Legend of Zelda: Breath of the Wild is amazing. It more than lives up to the considerable hype. I love it and am glad to say that the few trepidations I had going in have proved unfounded. While most people seemed to be won over instantly at the idea of an open world Zelda, I was scared that Breath of the Wild would play like an open world game. I feared that the tightly designed, often dense worlds of the Legend of Zelda would be replaced by a blandly generated open world. Both of those fears have been assuaged by playing nearly 20 hours of the game over its first week after release.
While the openness is the first thing that grabs the player upon starting up the game, it obvious pretty soon that Nintendo and Zelda Producer Eiji Aonuma didn’t throw the baby out with the bathwater. The prerelease hype and the reviews have all focused on its ties to the original Legend of Zelda, and that game’s influence is clearly felt, but it doesn’t ignore the series past that. The structure of the game has been rethought, continuing a trend that arguably began with Skyward Sword and was very evident in A Link Between Worlds, but the moment to moment gameplay is just another step along the evolutionary path that the series has been on since the series went 3D with Ocarina of Time.

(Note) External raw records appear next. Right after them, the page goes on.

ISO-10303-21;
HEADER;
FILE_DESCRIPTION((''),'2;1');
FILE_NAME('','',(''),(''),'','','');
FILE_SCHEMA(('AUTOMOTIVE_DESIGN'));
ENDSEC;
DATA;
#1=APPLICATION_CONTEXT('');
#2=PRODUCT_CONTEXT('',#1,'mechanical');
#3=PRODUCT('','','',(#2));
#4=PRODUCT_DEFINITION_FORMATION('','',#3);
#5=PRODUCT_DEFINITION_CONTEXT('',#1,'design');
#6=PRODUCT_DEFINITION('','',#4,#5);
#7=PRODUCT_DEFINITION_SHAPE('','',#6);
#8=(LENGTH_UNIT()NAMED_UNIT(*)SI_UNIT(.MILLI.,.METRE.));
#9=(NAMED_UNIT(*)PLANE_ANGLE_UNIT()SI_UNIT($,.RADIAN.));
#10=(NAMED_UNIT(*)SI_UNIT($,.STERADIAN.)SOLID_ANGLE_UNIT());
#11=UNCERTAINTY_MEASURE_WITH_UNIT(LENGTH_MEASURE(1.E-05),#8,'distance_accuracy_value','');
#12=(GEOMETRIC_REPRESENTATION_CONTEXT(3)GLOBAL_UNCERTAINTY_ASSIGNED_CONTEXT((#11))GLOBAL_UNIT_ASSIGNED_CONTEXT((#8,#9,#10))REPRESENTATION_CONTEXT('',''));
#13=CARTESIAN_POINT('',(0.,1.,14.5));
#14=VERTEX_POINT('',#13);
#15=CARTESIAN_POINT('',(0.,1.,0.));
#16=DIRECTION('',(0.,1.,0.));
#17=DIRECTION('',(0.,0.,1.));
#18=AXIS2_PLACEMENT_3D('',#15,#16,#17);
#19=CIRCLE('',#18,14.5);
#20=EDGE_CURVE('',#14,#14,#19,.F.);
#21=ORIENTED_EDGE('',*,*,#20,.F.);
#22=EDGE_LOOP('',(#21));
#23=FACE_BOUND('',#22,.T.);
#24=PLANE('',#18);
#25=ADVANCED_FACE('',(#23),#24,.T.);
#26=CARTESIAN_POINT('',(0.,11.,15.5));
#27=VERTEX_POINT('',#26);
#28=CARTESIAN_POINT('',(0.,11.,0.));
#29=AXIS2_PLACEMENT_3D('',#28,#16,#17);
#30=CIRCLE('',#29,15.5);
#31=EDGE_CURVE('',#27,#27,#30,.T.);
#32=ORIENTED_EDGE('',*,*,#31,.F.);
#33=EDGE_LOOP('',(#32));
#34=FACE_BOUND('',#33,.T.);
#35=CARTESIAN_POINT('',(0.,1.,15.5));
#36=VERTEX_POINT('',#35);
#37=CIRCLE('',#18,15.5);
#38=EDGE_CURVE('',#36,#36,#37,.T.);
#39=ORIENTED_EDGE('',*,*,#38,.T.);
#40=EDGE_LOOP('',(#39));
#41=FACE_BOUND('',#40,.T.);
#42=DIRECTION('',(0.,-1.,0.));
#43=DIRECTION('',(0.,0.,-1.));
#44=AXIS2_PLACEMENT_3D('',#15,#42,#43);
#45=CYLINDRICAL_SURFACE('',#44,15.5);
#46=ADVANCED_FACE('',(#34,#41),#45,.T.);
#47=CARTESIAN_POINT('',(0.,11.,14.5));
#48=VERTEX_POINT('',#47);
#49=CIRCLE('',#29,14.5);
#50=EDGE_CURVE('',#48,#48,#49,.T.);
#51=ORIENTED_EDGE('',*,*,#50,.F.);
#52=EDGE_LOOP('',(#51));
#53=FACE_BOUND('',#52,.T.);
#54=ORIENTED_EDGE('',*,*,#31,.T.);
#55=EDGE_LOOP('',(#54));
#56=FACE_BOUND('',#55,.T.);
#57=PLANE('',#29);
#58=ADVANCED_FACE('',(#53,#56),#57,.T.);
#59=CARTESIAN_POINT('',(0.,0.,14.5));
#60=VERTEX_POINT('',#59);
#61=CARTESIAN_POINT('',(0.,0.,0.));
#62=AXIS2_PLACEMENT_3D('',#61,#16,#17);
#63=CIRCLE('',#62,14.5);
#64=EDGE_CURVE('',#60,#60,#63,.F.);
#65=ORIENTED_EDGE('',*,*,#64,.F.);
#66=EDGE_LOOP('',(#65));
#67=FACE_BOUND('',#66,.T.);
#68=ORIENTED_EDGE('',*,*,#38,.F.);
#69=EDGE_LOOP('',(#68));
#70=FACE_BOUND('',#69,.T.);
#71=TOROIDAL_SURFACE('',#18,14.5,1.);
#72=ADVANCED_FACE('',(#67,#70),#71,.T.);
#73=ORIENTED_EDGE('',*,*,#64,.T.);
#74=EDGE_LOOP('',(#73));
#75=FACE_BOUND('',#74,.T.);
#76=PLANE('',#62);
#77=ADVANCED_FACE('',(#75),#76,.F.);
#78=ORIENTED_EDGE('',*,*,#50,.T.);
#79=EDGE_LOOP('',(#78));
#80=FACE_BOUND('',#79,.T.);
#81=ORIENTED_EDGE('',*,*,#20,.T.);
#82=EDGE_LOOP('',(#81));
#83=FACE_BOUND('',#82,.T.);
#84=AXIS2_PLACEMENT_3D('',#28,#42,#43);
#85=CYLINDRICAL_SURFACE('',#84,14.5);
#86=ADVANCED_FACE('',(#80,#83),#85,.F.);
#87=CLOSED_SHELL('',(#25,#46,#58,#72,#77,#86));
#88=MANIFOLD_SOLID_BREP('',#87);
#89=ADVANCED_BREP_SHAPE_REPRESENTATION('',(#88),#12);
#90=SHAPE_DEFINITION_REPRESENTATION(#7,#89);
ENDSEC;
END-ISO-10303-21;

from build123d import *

# Parameters (mm, degrees)
SKETCH1_R           = 15.5
BOSS_EXTRUDE1_DEPTH = 1
SKETCH3_R           = 15.5
SKETCH3_R_2         = 14.5
BOSS_EXTRUDE2_DEPTH = 10
FILLET1_R           = 1


with BuildPart() as part:
    # Sketch1 → Boss-Extrude1 (new body)
    with BuildSketch(Plane(origin=(0, 0, 0), x_dir=(1, 0, 0), z_dir=(0, 1, 0))):
        with Locations(Location((0, 0, 0), (0, 0, 270))):
            Circle(SKETCH1_R)
    extrude(amount=BOSS_EXTRUDE1_DEPTH)

    # Sketch3 → Boss-Extrude2 (add)
    with BuildSketch(Plane(origin=(0, 1, 0), x_dir=(1, 0, 0), z_dir=(0, 1, 0))):
        with Locations(Location((0, 0, 0), (0, 0, 270))):
            Circle(SKETCH3_R)
        with Locations(Location((0, 0, 0), (0, 0, 270))):
            Circle(SKETCH3_R_2, mode=Mode.SUBTRACT)
    extrude(amount=BOSS_EXTRUDE2_DEPTH)

    # Fillet1
    fillet1_edges = [part.edges().sort_by_distance(p)[0] for p in [
        (0, 0, -15.5),
    ]]
    fillet(fillet1_edges, radius=FILLET1_R)


solid = part.part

I understand that many people found Skyward Sword stifling, but it controlled like a dream. People will argue about the motion controls for sword fighting; I think they are being ridiculous, but setting the motion aspects aside, Skyward Sword was a delight to move around in. That is something that has been true of the series since it went 3D. Few 3D games feel as good to move around in as the Zelda games do. There is a reason that so many games stole Z-targeting from the series. Compare that to popular open world games like Grand Theft Auto or Bethesda’s output and it is night and day. The player character in Skyrim glides over the world, never really seeming to interact with it. Some of that has to do with the fact that Elder Scrolls games are designed to be played from the first person perspective, some of it has to do with the fact that Bethesda games have big, well considered worlds but play like janky pieces of crap. Breath of the Wild takes the open world, but it still plays like Zelda, a feat that I didn’t think could be achieved, but they did it. I thought at best we would have an Assassin’s Creed situation, games that play fine,but the player interacts with the world in very limited ways.

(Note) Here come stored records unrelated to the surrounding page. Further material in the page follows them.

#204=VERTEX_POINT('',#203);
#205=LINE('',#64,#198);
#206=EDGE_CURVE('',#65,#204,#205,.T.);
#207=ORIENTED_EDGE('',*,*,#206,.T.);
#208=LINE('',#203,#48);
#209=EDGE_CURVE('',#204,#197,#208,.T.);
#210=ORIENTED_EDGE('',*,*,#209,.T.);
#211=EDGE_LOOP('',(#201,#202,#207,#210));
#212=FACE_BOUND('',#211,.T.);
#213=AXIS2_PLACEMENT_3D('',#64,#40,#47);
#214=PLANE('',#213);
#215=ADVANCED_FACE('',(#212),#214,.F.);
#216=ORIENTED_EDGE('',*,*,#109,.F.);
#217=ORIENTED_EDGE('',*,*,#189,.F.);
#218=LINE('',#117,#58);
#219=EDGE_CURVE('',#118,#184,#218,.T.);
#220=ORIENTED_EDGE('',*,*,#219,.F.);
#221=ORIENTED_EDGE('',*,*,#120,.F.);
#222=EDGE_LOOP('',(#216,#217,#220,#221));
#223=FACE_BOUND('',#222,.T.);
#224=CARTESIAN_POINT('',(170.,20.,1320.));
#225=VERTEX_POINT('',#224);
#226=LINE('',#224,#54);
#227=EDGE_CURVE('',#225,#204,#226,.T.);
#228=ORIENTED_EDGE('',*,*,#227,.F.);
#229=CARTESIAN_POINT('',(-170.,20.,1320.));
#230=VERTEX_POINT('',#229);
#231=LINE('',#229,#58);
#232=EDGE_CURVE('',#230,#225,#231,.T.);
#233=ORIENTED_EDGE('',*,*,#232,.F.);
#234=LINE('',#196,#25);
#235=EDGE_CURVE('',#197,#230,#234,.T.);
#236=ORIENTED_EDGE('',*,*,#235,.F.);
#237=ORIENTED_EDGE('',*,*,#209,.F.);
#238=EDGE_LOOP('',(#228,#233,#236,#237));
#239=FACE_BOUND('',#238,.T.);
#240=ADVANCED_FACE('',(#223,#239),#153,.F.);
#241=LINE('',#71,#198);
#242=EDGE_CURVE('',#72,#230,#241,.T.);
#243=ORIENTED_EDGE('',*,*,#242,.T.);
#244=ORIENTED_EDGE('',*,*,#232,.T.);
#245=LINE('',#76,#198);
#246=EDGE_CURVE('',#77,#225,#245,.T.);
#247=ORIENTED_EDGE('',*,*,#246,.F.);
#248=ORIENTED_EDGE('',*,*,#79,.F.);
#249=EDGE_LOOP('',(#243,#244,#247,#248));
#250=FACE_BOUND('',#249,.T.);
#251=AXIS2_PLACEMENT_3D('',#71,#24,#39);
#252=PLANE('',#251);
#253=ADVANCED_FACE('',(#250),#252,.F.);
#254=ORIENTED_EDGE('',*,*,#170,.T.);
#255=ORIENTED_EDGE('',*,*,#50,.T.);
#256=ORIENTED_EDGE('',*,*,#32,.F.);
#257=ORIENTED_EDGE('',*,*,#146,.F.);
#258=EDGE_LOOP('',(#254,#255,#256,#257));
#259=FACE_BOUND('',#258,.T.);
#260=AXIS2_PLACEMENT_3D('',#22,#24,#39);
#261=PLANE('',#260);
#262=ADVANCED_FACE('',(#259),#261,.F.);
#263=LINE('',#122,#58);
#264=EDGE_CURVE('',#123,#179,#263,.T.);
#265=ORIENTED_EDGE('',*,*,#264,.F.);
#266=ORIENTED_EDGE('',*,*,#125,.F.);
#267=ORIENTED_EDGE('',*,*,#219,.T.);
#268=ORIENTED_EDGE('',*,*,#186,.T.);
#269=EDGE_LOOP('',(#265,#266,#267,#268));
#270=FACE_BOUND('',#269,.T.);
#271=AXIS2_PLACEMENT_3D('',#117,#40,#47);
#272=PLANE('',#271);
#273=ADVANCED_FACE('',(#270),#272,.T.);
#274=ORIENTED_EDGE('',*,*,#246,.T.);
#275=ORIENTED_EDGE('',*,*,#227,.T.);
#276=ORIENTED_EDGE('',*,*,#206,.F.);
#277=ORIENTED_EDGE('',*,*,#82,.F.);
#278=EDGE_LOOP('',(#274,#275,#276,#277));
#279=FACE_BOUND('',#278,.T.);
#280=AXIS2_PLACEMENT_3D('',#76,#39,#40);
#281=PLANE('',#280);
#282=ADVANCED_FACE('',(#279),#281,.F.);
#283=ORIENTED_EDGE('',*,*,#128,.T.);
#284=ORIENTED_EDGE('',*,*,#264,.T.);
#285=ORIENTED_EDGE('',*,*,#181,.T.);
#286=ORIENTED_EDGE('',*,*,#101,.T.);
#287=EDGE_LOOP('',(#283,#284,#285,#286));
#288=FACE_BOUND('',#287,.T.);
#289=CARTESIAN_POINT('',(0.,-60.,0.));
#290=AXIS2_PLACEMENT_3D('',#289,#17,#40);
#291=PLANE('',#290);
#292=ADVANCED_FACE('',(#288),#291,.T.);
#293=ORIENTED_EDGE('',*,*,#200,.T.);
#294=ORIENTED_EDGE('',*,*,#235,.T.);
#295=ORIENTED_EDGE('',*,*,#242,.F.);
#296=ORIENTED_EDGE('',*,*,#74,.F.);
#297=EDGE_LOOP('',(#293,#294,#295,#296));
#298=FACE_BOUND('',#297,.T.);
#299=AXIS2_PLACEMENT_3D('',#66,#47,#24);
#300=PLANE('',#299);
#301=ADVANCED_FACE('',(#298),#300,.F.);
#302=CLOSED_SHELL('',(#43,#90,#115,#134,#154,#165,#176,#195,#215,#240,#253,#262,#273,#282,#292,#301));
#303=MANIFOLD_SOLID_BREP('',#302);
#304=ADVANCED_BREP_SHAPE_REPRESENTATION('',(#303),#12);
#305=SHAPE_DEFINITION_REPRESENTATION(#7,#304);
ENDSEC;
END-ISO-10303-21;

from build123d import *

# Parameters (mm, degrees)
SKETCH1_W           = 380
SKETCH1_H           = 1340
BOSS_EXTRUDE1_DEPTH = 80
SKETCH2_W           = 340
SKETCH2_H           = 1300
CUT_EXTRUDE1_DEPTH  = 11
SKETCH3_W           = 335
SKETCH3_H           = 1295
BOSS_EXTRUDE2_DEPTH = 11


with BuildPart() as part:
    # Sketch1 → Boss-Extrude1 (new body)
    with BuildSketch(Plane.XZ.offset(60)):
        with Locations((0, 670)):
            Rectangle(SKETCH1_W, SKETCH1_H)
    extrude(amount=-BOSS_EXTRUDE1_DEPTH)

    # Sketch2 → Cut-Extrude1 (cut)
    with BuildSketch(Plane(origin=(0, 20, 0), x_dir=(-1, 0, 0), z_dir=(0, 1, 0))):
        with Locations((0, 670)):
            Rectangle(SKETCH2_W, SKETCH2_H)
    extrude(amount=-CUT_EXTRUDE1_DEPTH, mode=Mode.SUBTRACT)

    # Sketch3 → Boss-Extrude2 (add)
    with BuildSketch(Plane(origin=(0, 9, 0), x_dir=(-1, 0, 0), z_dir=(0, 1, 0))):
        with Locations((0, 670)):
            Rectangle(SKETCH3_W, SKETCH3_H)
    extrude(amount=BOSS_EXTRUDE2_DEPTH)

Then there was my fear that wewould get the usual open world, which usually translates to empty world. The really open Zelda game was Wind Waker, which featured both small dense islands to explore and wide and empty ocean. That was built into the game: the ocean is big and empty. The best Zelda games have forsaken openness for density. A Link to the Past’s Hyrule is not especially big, but there is a lot to find and do. People love Majora’s Mask and that game is undeniably tiny. The clear winner as far as game density goes is Skyward Sword. There is the big, largely empty sky, but that exists mostly to let the player fly around on the back of a bird, once on the ground there is always something to do or see. It essentially turned theoverworld areas into open air dungeons. Their density made for difficult traversal, but unlocking the secrets of each of the three main areas never stopped being enticing. While not as dense as Skyward Sword, Breath of the Wild has kept that denseness while expanding Hyrule bigger that it has ever been before. This is an open world where little piece of the map has something to do or see. Maybe it is just a simple rock moving puzzle to find a little korok spirit, maybe it is a shrine, perhaps a rare or unique specimen of flora or fauna and sometimes, rarely, it is just a beautiful view.

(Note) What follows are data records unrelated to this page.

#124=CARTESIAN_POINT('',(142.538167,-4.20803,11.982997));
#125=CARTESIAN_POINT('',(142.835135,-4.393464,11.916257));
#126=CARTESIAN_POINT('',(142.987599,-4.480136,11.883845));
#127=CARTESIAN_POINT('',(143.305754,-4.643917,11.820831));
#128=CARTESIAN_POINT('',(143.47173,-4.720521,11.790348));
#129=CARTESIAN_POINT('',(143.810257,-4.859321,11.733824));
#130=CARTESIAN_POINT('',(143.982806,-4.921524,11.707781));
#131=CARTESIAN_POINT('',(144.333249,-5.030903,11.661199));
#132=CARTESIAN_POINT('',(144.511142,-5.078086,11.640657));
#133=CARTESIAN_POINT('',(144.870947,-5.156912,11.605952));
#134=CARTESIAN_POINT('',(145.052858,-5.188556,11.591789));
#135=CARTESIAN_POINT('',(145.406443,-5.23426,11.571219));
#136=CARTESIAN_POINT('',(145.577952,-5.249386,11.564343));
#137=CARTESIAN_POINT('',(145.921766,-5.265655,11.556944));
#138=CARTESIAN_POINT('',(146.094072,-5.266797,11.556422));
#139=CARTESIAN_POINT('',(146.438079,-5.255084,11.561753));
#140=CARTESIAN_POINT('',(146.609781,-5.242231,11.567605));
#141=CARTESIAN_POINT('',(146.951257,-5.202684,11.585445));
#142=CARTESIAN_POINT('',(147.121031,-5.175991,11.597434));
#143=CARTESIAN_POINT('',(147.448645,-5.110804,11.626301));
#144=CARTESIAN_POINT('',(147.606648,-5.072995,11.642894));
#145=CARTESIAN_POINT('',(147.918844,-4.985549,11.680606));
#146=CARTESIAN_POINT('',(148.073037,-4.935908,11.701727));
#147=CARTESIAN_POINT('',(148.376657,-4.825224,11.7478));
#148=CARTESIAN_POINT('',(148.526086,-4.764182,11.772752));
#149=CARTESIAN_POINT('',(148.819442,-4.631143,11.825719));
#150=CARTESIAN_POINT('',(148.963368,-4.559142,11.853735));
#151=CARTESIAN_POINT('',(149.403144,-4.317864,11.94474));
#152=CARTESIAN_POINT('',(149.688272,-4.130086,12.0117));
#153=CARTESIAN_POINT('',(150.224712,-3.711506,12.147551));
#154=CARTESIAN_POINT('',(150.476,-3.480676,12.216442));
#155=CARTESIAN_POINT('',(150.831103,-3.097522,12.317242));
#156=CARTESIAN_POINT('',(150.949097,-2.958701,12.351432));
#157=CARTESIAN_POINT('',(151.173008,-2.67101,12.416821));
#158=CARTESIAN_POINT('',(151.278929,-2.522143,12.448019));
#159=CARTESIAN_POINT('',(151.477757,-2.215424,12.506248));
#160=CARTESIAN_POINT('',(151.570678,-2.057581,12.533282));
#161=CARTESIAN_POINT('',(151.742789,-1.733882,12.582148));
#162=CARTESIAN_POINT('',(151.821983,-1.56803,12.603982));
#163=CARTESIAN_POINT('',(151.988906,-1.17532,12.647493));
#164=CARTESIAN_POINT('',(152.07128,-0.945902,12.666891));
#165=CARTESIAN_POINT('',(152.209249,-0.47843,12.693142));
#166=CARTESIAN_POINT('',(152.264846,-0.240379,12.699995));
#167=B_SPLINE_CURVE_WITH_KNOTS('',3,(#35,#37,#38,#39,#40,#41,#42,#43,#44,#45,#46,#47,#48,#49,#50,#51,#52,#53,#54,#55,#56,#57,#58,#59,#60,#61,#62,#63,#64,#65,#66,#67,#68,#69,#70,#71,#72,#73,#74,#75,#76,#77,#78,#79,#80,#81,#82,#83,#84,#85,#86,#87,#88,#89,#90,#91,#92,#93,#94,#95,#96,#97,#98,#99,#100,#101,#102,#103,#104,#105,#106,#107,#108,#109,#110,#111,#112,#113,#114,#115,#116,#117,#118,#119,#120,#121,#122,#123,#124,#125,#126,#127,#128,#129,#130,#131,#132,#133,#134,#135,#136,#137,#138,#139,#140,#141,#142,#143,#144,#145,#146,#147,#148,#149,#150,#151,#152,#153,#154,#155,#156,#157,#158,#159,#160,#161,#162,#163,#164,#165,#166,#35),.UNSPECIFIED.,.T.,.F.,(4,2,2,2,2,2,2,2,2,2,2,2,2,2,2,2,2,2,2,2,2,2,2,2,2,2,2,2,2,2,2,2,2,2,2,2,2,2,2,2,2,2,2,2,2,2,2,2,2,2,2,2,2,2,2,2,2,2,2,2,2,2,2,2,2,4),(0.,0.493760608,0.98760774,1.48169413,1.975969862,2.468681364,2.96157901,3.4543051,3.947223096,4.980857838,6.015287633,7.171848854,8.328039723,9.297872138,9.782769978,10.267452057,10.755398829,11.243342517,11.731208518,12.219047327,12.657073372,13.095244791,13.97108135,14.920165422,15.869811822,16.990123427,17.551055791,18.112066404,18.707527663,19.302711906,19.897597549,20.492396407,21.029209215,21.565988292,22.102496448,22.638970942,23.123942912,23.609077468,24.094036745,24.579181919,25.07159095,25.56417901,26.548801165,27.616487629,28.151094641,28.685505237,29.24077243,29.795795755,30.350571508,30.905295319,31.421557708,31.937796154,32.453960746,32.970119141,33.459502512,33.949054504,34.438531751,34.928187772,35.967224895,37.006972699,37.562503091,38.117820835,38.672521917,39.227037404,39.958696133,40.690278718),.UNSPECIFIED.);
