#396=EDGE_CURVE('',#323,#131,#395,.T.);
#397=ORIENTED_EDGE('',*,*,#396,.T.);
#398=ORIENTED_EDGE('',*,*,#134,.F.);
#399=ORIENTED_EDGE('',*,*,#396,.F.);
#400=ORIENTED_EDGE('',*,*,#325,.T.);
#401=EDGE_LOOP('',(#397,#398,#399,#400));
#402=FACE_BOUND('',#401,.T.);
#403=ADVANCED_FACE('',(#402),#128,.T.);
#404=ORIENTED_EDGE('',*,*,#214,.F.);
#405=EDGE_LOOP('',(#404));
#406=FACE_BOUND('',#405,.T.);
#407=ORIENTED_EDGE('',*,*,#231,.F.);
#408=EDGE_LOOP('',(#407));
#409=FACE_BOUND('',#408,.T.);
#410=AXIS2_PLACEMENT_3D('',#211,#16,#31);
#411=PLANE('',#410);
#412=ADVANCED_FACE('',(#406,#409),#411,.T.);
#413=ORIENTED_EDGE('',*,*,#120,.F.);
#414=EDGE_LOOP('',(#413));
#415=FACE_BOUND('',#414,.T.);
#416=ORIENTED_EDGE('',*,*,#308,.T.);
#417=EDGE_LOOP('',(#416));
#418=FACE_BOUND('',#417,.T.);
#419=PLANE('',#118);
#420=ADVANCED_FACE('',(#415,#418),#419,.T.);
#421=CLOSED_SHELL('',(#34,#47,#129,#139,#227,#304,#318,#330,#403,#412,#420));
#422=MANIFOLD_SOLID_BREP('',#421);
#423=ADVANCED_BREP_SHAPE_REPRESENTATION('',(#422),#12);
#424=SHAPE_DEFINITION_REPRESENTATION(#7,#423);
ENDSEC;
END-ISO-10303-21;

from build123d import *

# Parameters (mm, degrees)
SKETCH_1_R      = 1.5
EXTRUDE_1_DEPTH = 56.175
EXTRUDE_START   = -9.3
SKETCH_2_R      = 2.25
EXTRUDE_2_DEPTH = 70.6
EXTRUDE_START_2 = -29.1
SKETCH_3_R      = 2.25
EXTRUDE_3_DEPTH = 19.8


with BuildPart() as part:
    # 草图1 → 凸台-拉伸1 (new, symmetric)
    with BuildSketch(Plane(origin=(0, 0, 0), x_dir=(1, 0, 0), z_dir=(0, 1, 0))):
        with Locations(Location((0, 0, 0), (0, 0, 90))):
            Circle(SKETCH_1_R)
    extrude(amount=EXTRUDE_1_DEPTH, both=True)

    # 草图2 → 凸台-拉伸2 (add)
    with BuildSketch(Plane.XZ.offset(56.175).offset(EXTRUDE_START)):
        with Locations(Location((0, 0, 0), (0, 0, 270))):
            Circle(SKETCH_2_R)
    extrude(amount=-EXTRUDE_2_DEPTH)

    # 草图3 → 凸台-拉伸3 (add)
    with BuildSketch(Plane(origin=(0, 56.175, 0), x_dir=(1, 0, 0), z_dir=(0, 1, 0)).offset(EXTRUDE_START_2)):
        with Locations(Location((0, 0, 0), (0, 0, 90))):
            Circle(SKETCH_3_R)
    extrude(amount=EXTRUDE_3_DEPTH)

That beautiful view thing might be something people could say for many games, but I have not seen a game that astounds me like this game has with how it looks. It is not the most technically impressive game in existence, but its art design is unparalleled. I have only explored at best a quarter of Breath of the Wild’s Hyrule and perhaps I’ve only seen the best of it, but if it can maintain this level of things to do and see over the course of what promises to be a nearly 80 hour game, it will certainly go down in history as an all-time great.